One of the most observable benefits from new crops may be the development of processing and packaging in local communities. According to coauthor Dr. Robert L. Myers of the USDA’s Cooperative State Research, Education, and Extension Service, “a benefit to rural communities of new crops is that they have to be raised first on small acreages, so initial processing can be small-scale, typically with input from local entrepreneurs.”

Recommendations

Coauthor Dr. Gary D. Jolliff of the Department of Crop and Soil Science at Oregon State points out that competition for public funds dedicated to agricultural research is fierce. “The established commodity programs have a real advantage in that they’re well represented and well able to apply pressure on those who make funding decisions.

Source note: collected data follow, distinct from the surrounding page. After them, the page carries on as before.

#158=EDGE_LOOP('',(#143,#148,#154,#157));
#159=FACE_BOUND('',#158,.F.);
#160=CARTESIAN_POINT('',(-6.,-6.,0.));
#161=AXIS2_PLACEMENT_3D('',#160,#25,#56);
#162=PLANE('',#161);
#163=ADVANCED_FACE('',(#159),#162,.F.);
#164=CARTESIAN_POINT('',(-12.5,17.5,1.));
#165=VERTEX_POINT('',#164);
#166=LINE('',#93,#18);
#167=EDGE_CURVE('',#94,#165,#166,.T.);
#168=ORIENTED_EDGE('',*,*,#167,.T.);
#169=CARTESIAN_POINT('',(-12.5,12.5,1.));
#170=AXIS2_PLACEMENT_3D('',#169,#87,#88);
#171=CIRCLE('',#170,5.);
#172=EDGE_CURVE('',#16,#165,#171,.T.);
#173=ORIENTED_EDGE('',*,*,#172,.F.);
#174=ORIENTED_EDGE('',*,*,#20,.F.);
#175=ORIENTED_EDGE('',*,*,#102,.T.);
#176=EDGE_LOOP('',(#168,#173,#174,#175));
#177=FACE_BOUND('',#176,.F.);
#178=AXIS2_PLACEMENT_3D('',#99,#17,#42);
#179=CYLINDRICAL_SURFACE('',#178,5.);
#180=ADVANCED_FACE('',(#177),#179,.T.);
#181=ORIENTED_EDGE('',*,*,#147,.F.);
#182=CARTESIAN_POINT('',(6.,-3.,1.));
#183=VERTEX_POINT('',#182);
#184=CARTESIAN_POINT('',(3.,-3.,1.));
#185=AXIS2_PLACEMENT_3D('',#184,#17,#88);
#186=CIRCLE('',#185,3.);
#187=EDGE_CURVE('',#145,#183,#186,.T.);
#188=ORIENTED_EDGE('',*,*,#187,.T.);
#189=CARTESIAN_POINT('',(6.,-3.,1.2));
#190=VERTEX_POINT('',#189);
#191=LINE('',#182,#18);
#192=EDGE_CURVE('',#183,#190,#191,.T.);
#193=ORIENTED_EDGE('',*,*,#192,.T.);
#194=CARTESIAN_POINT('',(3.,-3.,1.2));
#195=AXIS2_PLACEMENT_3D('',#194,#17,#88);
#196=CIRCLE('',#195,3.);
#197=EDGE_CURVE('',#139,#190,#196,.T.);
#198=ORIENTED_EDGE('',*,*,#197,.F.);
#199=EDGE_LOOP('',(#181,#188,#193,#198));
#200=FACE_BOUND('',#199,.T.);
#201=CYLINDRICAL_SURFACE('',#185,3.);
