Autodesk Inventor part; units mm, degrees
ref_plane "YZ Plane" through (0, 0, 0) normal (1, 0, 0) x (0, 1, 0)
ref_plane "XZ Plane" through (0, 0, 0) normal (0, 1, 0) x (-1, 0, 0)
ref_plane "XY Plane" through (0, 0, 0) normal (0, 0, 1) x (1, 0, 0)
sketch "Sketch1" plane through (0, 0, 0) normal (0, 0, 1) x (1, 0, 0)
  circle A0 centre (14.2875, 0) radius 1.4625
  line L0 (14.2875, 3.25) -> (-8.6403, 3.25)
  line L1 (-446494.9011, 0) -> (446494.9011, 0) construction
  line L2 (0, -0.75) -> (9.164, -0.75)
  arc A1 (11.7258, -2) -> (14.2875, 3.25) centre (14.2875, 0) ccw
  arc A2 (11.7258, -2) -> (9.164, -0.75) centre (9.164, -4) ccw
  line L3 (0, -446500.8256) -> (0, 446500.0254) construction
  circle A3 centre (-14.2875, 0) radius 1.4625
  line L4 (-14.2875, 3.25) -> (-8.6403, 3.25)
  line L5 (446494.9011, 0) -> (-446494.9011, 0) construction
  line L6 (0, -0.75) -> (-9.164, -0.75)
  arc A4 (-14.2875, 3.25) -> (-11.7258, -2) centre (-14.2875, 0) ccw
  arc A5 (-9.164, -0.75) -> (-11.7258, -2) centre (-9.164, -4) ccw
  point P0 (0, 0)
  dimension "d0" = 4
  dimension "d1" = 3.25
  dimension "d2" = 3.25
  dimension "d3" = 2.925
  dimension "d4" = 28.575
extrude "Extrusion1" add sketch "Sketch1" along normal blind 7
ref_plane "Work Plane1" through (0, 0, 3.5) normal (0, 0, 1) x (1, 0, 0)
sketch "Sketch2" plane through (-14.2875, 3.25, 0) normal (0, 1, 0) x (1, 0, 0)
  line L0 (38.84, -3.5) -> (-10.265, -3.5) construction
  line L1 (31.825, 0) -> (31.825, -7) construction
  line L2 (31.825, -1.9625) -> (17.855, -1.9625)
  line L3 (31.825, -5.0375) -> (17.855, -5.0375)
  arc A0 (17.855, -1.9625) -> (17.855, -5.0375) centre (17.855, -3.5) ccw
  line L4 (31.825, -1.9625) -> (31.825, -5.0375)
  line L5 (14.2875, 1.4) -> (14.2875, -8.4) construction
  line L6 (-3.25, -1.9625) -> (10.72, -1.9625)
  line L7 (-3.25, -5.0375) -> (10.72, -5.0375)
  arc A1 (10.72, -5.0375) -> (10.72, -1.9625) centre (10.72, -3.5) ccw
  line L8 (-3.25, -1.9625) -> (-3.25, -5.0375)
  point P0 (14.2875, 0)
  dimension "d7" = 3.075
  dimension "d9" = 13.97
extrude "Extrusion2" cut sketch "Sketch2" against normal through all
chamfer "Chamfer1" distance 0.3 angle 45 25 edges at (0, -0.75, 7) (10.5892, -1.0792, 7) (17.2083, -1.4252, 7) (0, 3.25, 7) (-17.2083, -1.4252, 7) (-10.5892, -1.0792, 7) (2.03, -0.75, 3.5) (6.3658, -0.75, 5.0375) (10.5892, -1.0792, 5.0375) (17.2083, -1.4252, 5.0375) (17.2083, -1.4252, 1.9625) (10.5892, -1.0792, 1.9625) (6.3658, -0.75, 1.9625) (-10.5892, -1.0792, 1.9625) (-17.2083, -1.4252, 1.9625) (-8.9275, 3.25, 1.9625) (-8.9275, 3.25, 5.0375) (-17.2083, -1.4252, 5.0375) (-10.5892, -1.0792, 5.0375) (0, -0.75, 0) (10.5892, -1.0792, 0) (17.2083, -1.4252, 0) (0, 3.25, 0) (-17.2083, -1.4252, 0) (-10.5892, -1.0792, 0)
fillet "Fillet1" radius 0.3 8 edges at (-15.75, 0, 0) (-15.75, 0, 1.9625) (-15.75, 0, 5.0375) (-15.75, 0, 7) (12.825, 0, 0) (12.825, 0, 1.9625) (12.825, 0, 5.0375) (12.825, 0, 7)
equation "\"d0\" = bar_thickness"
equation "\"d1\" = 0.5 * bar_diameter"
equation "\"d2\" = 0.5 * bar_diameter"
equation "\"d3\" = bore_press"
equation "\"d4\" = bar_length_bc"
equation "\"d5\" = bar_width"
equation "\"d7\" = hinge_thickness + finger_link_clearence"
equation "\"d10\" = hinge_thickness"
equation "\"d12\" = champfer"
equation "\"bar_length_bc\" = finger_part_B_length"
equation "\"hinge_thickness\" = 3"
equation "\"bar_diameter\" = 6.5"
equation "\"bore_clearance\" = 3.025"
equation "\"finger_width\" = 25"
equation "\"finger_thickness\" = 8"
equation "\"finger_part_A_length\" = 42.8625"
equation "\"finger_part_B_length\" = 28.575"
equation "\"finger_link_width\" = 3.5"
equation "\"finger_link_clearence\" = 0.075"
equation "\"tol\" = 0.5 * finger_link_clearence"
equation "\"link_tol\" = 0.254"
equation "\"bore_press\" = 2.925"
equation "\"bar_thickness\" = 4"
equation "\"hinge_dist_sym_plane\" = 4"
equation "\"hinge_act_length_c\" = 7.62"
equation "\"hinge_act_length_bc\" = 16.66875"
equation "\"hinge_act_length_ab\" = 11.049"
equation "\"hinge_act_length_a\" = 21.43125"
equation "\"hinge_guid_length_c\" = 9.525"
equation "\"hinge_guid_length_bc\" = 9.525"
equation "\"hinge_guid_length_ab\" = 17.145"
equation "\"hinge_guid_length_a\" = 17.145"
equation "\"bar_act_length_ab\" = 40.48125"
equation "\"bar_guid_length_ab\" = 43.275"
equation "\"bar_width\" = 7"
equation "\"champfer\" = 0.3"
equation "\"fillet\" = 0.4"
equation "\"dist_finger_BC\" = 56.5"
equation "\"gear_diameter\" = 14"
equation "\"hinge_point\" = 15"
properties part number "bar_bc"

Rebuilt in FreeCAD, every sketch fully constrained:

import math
import FreeCAD as App
import Part
import Sketcher
from FreeCAD import Vector
Q = App.Units.Quantity


def edges_at(feature, points):
    """Names of the edges that pass closest to the given points."""
    edges = feature.Shape.Edges
    near = lambda p: min(range(len(edges)), key=lambda i: edges[i].distToShape(Part.Vertex(*p))[0])
    return sorted({f"Edge{near(p) + 1}" for p in points})

doc = App.newDocument("Part")
body = doc.addObject("PartDesign::Body", "Body")

# Sketch on XY plane
sketch1 = doc.addObject("Sketcher::SketchObject", "Sketch")
body.addObject(sketch1)
sketch1.AttachmentSupport = (doc.XY_Plane, [""])
sketch1.MapMode = "FlatFace"
sketch1.addGeometry(Part.ArcOfCircle(Part.Circle(Vector(14.3, 0, 0), Vector(0, 0, 1), 3.2), math.radians(-142), math.radians(90)), False)
sketch1.addGeometry(Part.LineSegment(Vector(14.3, 3.2, 0), Vector(-14.3, 3.2, 0)), False)
sketch1.addGeometry(Part.ArcOfCircle(Part.Circle(Vector(-14.3, 0, 0), Vector(0, 0, 1), 3.2), math.radians(90), math.radians(322)), False)
sketch1.addGeometry(Part.ArcOfCircle(Part.Circle(Vector(-9.2, -4, 0), Vector(0, 0, 1), 3.2), math.radians(90), math.radians(142)), False)
sketch1.addGeometry(Part.LineSegment(Vector(-9.2, -0.8, 0), Vector(9.2, -0.8, 0)), False)
sketch1.addGeometry(Part.ArcOfCircle(Part.Circle(Vector(9.2, -4, 0), Vector(0, 0, 1), 3.3), math.radians(38), math.radians(90)), False)
sketch1.addGeometry(Part.Circle(Vector(-14.3, 0, 0), Vector(0, 0, 1), 1.5), False)
sketch1.addGeometry(Part.Circle(Vector(14.3, 0, 0), Vector(0, 0, 1), 1.5), False)
sketch1.addConstraint(Sketcher.Constraint("Tangent", 0, 2, 1, 1))
sketch1.addConstraint(Sketcher.Constraint("Tangent", 1, 2, 2, 1))
sketch1.addConstraint(Sketcher.Constraint("Tangent", 2, 2, 3, 2))
sketch1.addConstraint(Sketcher.Constraint("Tangent", 3, 1, 4, 1))
sketch1.addConstraint(Sketcher.Constraint("Tangent", 4, 2, 5, 2))
sketch1.addConstraint(Sketcher.Constraint("Tangent", 5, 1, 0, 1))
sketch1.addConstraint(Sketcher.Constraint("Horizontal", 1))
sketch1.addConstraint(Sketcher.Constraint("Horizontal", 4))
sketch1.addConstraint(Sketcher.Constraint("Coincident", 6, 3, 2, 3))
sketch1.addConstraint(Sketcher.Constraint("Coincident", 7, 3, 0, 3))
sketch1.addConstraint(Sketcher.Constraint("Equal", 0, 2))
sketch1.addConstraint(Sketcher.Constraint("Equal", 2, 3))
sketch1.addConstraint(Sketcher.Constraint("Equal", 3, 5))
sketch1.addConstraint(Sketcher.Constraint("Equal", 6, 7))
sketch1.addConstraint(Sketcher.Constraint("Symmetric", 0, 3, 2, 3, -1, 1))
sketch1.addConstraint(Sketcher.Constraint("Diameter", 6, Q("2.925 mm")))
sketch1.addConstraint(Sketcher.Constraint("DistanceX", 1, 2, 1, 1, Q("1.125 in")))
sketch1.addConstraint(Sketcher.Constraint("Radius", 0, Q("3.25 mm")))
sketch1.addConstraint(Sketcher.Constraint("DistanceY", 3, 3, -1, 1, Q("4 mm")))
pad1 = doc.addObject("PartDesign::Pad", "Pad")
body.addObject(pad1)
pad1.Profile = sketch1
pad1.Length = Q("0.2755906 in")

# Sketch on XZ plane
sketch2 = doc.addObject("Sketcher::SketchObject", "Sketch001")
body.addObject(sketch2)
sketch2.AttachmentSupport = (doc.XZ_Plane, [""])
sketch2.MapMode = "FlatFace"
sketch2.AttachmentOffset = App.Placement(Vector(0, 0, -3.25), App.Rotation())
sketch2.addGeometry(Part.LineSegment(Vector(17.5, 5, 0), Vector(17.5, 2, 0)), False)
sketch2.addGeometry(Part.LineSegment(Vector(17.5, 2, 0), Vector(3.6, 2, 0)), False)
sketch2.addGeometry(Part.ArcOfCircle(Part.Circle(Vector(3.6, 3.5, 0), Vector(0, 0, 1), 1.5), math.radians(90), math.radians(270)), False)
sketch2.addGeometry(Part.LineSegment(Vector(3.6, 5, 0), Vector(17.5, 5, 0)), False)
sketch2.addGeometry(Part.LineSegment(Vector(-3.6, 2, 0), Vector(-17.5, 2, 0)), False)
sketch2.addGeometry(Part.LineSegment(Vector(-17.5, 2, 0), Vector(-17.5, 5, 0)), False)
sketch2.addGeometry(Part.LineSegment(Vector(-17.5, 5, 0), Vector(-3.6, 5, 0)), False)
sketch2.addGeometry(Part.ArcOfCircle(Part.Circle(Vector(-3.6, 3.5, 0), Vector(0, 0, 1), 1.5), math.radians(-90), math.radians(90)), False)
sketch2.addConstraint(Sketcher.Constraint("Coincident", 0, 2, 1, 1))
sketch2.addConstraint(Sketcher.Constraint("Tangent", 1, 2, 2, 2))
sketch2.addConstraint(Sketcher.Constraint("Tangent", 2, 1, 3, 1))
sketch2.addConstraint(Sketcher.Constraint("Coincident", 3, 2, 0, 1))
sketch2.addConstraint(Sketcher.Constraint("Coincident", 4, 2, 5, 1))
sketch2.addConstraint(Sketcher.Constraint("Coincident", 5, 2, 6, 1))
sketch2.addConstraint(Sketcher.Constraint("Tangent", 6, 2, 7, 2))
sketch2.addConstraint(Sketcher.Constraint("Tangent", 7, 1, 4, 1))
sketch2.addConstraint(Sketcher.Constraint("Vertical", 0))
sketch2.addConstraint(Sketcher.Constraint("Horizontal", 1))
sketch2.addConstraint(Sketcher.Constraint("Horizontal", 3))
sketch2.addConstraint(Sketcher.Constraint("Horizontal", 4))
sketch2.addConstraint(Sketcher.Constraint("Vertical", 5))
sketch2.addConstraint(Sketcher.Constraint("Horizontal", 6))
sketch2.addConstraint(Sketcher.Constraint("Equal", 2, 7))
sketch2.addConstraint(Sketcher.Constraint("Symmetric", 2, 3, 7, 3, -2))
sketch2.addConstraint(Sketcher.Constraint("Equal", 3, 4))
sketch2.addConstraint(Sketcher.Constraint("DistanceX", 1, 2, 1, 1, Q("0.55 in")))
sketch2.addConstraint(Sketcher.Constraint("Radius", 2, Q("1.5375 mm")))
sketch2.addConstraint(Sketcher.Constraint("DistanceY", -1, 1, 2, 3, Q("0.1378 in")))
sketch2.addConstraint(Sketcher.Constraint("DistanceX", 7, 3, 2, 3, Q("0.2809 in")))
pocket1 = doc.addObject("PartDesign::Pocket", "Pocket")
body.addObject(pocket1)
pocket1.Profile = sketch2
pocket1.Type = "ThroughAll"
pocket1.Reversed = True
doc.recompute()

chamfer = doc.addObject("PartDesign::Chamfer", "Chamfer")
body.addObject(chamfer)
chamfer.Base = (pocket1, edges_at(pocket1, [
    (0, -0.75, 7),
    (10.589, -1.079, 7),
    (17.208, -1.425, 7),
    (0, 3.25, 7),
    (-17.208, -1.425, 7),
    (-10.589, -1.079, 7),
    (2.03, -0.75, 3.5),
    (6.366, -0.75, 5.037),
    (10.589, -1.079, 5.037),
    (17.208, -1.425, 5.037),
    (17.208, -1.425, 1.962),
    (10.589, -1.079, 1.962),
    (6.366, -0.75, 1.962),
    (-10.589, -1.079, 1.962),
    (-17.208, -1.425, 1.962),
    (-8.928, 3.25, 1.962),
    (-8.928, 3.25, 5.037),
    (-17.208, -1.425, 5.037),
    (-10.589, -1.079, 5.037),
    (0, -0.75, 0),
    (10.589, -1.079, 0),
    (17.208, -1.425, 0),
    (0, 3.25, 0),
    (-17.208, -1.425, 0),
    (-10.589, -1.079, 0),
]))
chamfer.Size = Q("0.011811 in")
doc.recompute()

fillet = doc.addObject("PartDesign::Fillet", "Fillet")
body.addObject(fillet)
fillet.Base = (chamfer, edges_at(chamfer, [
    (-15.75, 0, 0),
    (-15.75, 0, 1.962),
    (-15.75, 0, 5.037),
    (-15.75, 0, 7),
    (12.825, 0, 0),
    (12.825, 0, 1.962),
    (12.825, 0, 5.037),
    (12.825, 0, 7),
]))
fillet.Radius = Q("0.011811 in")

doc.recompute()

This is a natural consequence of the federal programs that have dominated U.S. agriculture for the last 40 years. And the poor record of other attempts at developing new crops in this country shows that institutional innovation is the key.”

The CAST task force on diversifying U.S. agriculture made the following recommendations:

  1. The USDA should examine how to support new-crops development through policies and programs, and request from Congress either additional funding or redirection of current funding.
  2. Development incentives should include crop insurance for new crops, guaranteed loans for some, a system of grants for interested farmers and small business, permission to grow new crops on idled land, and the release of new publicly supported cultivars to individuals and institutions devoted to new crops.
  3. A new crops initiative tentatively named the Jefferson Initiative should be created to become the focal program and voice for new-crops development and to serve as an umbrella organization for many types of public-private partnerships aimed at commercialization.
  4. An innovative new research and development entity tentatively named the Jefferson Institute should be created to provide the critical mass of talent and resources needed to strategically boost new crops to a self-sustaining level.

Role of Federal Programs

Federal support is necessary. The private sector is discouraged from sponsoring research and development efforts in new crops since introduction often requires 10 to 40 years or longer. Crop introduction also is inherently risky. Bottlenecks include problems with production, crop availability, and market forces. Often the tremendous benefits of success may not accrue to the person or institution originating development.

Finally, growers ordinarily are not interested in new crops without an assured market, and marketers will not handle new crops without an assured supply. Because of this dilemma, an independent and neutral party is needed to bring researchers, growers, processors, and marketers together within and between regions.